_THE PROBLEM:_ Below is a listing. Quote from it, exactly, the lines from the one containing "#170=CARTESIAN_POINT('',(-26.,0.,24.401275));" down to the one containing "#177=ORIENTED_EDGE('',*,*,#89,.F.);", both ends included, and nothing else.

[TASK INPUT]

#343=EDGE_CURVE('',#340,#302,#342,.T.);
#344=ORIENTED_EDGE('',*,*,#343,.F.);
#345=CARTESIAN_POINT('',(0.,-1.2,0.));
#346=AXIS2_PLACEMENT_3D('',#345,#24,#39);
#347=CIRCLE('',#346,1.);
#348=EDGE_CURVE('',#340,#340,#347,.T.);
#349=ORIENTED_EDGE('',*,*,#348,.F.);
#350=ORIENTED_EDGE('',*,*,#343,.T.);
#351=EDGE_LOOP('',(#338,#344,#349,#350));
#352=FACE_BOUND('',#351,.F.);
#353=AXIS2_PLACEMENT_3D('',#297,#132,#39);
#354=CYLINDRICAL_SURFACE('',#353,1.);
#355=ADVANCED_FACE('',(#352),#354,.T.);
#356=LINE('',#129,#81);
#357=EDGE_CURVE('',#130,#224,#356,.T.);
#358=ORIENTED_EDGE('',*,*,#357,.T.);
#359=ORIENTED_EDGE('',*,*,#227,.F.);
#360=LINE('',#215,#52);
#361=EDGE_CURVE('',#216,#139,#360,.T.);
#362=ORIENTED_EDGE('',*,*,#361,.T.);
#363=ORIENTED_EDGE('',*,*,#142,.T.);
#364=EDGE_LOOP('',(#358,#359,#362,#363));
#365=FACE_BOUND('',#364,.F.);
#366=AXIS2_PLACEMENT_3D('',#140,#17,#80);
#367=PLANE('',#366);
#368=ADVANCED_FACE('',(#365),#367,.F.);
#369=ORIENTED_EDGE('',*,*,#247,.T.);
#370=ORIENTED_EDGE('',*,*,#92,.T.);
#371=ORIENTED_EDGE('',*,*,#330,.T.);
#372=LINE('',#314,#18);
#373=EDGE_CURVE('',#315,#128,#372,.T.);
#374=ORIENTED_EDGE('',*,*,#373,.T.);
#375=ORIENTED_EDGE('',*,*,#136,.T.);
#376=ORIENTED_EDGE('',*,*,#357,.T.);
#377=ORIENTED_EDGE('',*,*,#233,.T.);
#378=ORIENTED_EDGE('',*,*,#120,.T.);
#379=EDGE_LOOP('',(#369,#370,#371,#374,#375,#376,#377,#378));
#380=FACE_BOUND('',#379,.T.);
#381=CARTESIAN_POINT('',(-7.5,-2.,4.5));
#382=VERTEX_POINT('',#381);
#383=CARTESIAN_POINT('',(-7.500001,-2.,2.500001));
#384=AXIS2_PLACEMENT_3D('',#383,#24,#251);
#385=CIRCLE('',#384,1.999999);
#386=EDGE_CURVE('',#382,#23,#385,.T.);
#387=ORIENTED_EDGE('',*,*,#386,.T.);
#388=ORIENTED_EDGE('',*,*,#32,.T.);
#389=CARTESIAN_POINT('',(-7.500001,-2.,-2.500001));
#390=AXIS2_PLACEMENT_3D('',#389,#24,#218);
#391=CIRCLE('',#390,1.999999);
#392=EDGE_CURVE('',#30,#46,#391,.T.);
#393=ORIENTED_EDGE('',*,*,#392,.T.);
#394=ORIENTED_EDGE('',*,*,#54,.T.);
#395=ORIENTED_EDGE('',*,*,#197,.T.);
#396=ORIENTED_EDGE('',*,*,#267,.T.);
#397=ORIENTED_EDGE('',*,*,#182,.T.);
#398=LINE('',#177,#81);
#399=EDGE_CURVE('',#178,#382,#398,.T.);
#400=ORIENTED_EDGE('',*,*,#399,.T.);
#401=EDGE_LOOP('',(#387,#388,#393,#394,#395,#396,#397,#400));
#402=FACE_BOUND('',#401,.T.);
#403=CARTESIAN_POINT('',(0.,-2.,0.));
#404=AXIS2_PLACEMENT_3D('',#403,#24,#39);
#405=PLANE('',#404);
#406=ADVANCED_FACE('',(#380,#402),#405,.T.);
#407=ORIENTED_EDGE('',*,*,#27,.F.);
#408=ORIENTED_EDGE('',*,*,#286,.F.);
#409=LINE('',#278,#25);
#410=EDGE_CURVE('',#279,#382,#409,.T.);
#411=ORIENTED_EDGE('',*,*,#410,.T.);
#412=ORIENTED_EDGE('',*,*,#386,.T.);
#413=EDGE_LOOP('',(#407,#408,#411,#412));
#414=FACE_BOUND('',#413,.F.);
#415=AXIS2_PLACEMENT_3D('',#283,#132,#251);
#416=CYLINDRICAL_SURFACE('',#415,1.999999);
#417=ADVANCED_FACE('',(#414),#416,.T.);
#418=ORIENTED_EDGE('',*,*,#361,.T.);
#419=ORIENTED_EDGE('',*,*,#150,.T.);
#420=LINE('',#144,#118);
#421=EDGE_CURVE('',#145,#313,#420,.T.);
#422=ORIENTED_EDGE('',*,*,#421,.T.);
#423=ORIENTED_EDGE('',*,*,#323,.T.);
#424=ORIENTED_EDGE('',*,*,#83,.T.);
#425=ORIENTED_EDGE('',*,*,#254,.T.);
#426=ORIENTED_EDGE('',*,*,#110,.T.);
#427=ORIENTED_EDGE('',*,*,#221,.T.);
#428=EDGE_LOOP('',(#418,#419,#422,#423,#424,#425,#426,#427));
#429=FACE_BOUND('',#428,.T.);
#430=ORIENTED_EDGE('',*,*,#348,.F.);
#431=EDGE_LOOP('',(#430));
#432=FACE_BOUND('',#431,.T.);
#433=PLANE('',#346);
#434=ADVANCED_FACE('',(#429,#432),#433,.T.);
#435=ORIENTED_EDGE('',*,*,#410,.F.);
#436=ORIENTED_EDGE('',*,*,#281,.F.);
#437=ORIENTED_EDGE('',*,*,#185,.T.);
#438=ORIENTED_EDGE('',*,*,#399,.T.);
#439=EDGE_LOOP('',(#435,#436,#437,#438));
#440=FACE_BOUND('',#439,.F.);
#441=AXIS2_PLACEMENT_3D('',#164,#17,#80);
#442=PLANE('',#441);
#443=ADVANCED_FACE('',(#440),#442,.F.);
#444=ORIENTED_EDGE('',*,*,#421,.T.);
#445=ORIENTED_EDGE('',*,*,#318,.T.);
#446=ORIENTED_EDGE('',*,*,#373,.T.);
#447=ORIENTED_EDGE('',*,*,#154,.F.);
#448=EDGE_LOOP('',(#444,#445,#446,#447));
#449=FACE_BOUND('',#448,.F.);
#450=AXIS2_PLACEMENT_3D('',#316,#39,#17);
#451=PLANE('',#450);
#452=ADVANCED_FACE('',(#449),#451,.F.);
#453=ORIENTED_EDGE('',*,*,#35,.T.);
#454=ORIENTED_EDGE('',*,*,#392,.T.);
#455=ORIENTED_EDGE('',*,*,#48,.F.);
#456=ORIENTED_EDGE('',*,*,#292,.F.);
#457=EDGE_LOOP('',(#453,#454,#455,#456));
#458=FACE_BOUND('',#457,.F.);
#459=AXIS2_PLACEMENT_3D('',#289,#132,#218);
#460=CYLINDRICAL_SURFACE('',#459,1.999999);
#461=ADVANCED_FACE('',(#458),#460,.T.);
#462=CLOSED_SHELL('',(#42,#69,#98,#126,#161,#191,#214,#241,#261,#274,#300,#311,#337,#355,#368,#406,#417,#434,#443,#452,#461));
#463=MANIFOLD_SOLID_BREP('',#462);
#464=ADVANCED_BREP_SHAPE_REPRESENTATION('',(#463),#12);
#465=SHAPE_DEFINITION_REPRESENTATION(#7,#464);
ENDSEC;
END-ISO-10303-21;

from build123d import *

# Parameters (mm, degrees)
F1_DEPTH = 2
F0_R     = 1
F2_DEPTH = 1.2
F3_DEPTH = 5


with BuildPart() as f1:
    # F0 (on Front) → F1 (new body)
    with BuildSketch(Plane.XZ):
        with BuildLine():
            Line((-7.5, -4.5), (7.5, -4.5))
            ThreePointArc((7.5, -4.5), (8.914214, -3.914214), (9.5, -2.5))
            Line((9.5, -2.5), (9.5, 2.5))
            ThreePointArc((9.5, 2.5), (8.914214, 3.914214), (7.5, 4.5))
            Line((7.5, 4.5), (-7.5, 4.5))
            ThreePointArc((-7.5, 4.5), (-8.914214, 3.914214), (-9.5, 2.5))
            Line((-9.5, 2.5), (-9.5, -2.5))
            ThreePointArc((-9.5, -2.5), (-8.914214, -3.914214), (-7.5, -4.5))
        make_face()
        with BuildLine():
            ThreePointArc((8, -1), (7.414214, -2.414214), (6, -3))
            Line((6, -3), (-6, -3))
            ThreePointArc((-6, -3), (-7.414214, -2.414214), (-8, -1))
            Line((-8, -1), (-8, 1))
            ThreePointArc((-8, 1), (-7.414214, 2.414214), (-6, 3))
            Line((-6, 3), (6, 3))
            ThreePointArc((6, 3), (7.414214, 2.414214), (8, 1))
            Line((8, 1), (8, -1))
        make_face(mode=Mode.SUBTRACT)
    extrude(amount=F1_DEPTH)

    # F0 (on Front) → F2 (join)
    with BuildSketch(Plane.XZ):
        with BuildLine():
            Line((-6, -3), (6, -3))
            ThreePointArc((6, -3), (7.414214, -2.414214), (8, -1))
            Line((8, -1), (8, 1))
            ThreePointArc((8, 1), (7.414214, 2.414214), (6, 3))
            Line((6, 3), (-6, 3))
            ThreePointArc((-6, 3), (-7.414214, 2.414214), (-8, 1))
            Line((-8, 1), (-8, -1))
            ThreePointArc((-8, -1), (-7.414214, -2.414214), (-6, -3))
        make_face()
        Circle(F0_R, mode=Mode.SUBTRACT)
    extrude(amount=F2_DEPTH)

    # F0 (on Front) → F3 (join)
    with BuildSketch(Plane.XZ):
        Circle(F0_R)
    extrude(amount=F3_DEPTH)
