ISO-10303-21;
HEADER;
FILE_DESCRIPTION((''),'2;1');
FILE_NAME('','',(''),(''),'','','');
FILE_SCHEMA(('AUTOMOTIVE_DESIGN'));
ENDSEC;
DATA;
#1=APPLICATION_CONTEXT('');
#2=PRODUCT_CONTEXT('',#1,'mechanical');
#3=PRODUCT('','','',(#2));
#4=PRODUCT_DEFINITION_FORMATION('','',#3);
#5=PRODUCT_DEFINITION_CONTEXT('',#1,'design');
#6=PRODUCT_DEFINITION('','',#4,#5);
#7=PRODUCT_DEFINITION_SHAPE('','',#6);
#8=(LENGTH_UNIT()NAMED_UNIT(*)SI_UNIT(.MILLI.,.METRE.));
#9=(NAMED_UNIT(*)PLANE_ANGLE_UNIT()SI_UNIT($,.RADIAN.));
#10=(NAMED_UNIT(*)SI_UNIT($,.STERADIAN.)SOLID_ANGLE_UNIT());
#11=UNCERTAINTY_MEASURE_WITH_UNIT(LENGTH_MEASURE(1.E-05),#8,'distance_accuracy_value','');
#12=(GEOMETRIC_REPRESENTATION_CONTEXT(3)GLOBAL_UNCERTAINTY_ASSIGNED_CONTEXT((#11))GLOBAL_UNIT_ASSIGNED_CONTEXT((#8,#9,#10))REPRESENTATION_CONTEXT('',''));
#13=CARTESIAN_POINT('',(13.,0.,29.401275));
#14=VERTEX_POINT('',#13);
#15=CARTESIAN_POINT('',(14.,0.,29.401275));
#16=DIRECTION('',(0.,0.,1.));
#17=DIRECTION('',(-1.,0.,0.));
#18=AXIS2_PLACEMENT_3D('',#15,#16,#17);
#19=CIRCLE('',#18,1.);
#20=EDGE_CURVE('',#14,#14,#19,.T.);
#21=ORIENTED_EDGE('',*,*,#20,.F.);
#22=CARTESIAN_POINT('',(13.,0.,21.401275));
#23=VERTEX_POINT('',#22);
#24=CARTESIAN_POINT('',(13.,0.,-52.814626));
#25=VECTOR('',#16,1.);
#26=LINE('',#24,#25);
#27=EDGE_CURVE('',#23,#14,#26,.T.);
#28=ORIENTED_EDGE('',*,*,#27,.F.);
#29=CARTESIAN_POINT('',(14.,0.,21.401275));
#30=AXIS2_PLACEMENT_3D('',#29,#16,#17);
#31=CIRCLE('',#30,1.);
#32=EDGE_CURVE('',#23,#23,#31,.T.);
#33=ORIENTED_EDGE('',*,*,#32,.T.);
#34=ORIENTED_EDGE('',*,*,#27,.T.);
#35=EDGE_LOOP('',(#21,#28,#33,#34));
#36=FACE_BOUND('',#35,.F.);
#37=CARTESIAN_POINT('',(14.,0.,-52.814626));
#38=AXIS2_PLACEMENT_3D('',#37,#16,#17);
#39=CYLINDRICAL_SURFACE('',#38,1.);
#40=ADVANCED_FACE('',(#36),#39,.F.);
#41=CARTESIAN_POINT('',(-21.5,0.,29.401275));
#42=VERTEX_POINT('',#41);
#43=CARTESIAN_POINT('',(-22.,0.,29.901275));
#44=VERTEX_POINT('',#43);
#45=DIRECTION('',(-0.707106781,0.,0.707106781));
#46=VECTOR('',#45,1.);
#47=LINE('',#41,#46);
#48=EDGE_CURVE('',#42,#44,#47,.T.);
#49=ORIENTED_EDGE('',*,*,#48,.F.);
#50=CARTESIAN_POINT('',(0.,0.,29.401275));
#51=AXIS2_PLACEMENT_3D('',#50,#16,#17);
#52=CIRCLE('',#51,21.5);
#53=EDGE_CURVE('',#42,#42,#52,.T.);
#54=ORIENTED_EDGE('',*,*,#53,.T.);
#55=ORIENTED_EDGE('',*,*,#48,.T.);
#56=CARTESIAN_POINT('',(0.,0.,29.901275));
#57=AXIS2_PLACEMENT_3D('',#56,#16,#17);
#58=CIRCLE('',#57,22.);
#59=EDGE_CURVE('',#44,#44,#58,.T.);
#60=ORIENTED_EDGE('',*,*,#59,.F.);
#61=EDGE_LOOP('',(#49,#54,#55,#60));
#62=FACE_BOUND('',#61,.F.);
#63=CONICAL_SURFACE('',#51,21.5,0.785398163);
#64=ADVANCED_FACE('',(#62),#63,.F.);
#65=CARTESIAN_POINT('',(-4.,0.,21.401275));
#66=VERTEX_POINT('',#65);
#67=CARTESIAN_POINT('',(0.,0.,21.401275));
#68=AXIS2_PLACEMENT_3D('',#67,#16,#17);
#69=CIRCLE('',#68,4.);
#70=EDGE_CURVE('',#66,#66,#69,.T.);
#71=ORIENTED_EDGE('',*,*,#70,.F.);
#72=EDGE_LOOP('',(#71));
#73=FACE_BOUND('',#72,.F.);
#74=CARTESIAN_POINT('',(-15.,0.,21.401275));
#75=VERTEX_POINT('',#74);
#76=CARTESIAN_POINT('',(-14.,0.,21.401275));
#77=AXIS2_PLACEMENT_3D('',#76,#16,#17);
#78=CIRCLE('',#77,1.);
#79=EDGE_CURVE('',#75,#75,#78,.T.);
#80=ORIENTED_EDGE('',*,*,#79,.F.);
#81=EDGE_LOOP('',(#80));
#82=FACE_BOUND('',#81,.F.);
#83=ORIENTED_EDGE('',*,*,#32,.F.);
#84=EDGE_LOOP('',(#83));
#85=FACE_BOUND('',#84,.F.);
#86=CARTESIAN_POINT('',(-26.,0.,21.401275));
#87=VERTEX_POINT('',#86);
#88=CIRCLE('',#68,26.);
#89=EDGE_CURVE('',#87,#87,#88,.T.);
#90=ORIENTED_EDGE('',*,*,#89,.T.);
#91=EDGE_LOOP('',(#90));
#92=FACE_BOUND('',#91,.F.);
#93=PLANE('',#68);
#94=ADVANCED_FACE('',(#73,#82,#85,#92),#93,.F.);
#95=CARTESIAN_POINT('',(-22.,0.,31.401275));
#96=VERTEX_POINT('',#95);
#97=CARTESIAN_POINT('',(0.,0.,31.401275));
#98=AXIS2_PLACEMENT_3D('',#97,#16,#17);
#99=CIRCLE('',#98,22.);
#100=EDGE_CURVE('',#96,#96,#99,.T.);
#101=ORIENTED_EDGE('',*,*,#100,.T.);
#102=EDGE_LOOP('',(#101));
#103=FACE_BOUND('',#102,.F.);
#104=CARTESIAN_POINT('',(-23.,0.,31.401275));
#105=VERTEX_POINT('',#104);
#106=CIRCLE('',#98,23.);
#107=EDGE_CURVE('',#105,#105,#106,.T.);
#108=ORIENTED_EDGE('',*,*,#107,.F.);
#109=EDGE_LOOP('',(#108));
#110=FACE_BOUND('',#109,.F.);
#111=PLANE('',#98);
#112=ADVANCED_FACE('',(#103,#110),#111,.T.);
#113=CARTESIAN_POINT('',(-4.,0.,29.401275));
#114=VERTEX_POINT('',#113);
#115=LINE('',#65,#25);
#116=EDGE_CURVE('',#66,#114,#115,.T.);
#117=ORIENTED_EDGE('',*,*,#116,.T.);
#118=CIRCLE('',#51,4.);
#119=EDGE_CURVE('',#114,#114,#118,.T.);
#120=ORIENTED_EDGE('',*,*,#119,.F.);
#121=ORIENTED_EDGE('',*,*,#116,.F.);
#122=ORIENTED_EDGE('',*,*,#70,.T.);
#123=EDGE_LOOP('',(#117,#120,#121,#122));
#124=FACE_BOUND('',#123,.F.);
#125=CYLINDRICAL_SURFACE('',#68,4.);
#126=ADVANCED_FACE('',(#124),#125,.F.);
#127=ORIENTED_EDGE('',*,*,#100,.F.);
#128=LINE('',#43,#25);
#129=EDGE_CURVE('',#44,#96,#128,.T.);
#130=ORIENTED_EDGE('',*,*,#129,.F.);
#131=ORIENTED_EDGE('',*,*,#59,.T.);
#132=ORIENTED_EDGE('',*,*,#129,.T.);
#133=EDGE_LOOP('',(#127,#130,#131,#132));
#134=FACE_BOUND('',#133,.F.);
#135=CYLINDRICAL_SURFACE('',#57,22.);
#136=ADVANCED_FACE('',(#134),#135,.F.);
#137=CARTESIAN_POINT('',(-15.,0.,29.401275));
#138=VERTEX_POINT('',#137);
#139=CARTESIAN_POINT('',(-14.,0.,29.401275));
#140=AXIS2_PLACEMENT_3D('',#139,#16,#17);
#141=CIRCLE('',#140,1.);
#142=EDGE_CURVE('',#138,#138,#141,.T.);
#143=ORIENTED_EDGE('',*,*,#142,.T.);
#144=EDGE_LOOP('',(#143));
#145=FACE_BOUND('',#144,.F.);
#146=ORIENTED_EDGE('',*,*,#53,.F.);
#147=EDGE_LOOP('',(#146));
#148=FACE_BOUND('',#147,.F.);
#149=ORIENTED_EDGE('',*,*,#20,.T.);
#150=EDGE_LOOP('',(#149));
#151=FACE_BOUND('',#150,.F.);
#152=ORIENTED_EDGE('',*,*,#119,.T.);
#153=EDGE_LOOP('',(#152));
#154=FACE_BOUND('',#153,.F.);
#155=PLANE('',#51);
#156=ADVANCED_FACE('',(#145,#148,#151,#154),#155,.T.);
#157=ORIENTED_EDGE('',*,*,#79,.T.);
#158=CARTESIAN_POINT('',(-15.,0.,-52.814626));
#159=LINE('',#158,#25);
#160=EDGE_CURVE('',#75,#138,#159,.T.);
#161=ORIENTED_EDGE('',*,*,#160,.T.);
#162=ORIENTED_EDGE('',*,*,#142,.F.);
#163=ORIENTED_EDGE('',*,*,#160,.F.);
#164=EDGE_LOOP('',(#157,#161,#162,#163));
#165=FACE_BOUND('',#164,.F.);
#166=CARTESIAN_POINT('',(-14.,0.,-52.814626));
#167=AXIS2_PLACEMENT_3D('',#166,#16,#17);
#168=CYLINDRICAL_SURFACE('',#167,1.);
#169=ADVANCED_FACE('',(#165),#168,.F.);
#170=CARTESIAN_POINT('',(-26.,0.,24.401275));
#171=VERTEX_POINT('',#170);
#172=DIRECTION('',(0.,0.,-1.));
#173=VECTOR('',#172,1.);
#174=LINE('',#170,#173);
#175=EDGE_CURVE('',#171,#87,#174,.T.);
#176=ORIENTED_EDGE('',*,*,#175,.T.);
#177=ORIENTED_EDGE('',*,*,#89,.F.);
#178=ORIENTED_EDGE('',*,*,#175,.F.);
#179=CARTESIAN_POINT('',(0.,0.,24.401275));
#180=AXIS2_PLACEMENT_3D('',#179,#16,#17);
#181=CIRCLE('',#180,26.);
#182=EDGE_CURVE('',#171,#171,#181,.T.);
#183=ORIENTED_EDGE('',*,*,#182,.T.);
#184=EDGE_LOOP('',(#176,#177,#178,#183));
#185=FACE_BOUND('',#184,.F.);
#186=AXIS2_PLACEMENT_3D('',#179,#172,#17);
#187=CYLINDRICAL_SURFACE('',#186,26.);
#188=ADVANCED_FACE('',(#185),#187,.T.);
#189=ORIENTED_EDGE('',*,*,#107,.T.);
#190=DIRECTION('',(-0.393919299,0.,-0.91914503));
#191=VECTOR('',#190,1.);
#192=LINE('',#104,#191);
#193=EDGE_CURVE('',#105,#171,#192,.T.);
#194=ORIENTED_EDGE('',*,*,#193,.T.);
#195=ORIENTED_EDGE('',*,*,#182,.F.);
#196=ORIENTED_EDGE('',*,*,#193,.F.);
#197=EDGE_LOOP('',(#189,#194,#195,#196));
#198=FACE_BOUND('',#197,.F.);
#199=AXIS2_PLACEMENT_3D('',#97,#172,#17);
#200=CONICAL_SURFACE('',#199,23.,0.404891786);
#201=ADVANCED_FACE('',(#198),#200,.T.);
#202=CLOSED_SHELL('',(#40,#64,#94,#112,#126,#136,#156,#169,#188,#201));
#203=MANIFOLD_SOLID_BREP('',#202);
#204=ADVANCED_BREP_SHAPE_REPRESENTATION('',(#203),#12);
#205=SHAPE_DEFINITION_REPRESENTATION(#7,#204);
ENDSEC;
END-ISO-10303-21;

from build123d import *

# Parameters (mm, degrees)
F3_D = 2


with BuildPart() as f1:
    # F0 (on Front) → F1 (revolve)
    with BuildSketch(Plane.XZ):
        Polygon((-26, 21.401275), (-4, 21.401275), (-4, 29.401275), (-21.5, 29.401275), (-22, 29.901275), (-22, 31.401275), (-23, 31.401275), (-26, 24.401275), align=None)
    revolve(axis=Axis((0, 0, 25.401275), (0, 0, 1)))

    # F3 (through all)
    with Locations(Plane(origin=(0, 0, 21.401275), x_dir=(1, 0, 0), z_dir=(0, 0, -1))):
        with Locations((-14, 0), (14, 0)):
            Hole(F3_D / 2)


solid = f1.part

[/TASK INPUT]

_RESPONSE BELOW:_
#170=CARTESIAN_POINT('',(-26.,0.,24.401275));
#171=VERTEX_POINT('',#170);
#172=DIRECTION('',(0.,0.,-1.));
#173=VECTOR('',#172,1.);
#174=LINE('',#170,#173);
#175=EDGE_CURVE('',#171,#87,#174,.T.);
#176=ORIENTED_EDGE('',*,*,#175,.T.);
#177=ORIENTED_EDGE('',*,*,#89,.F.);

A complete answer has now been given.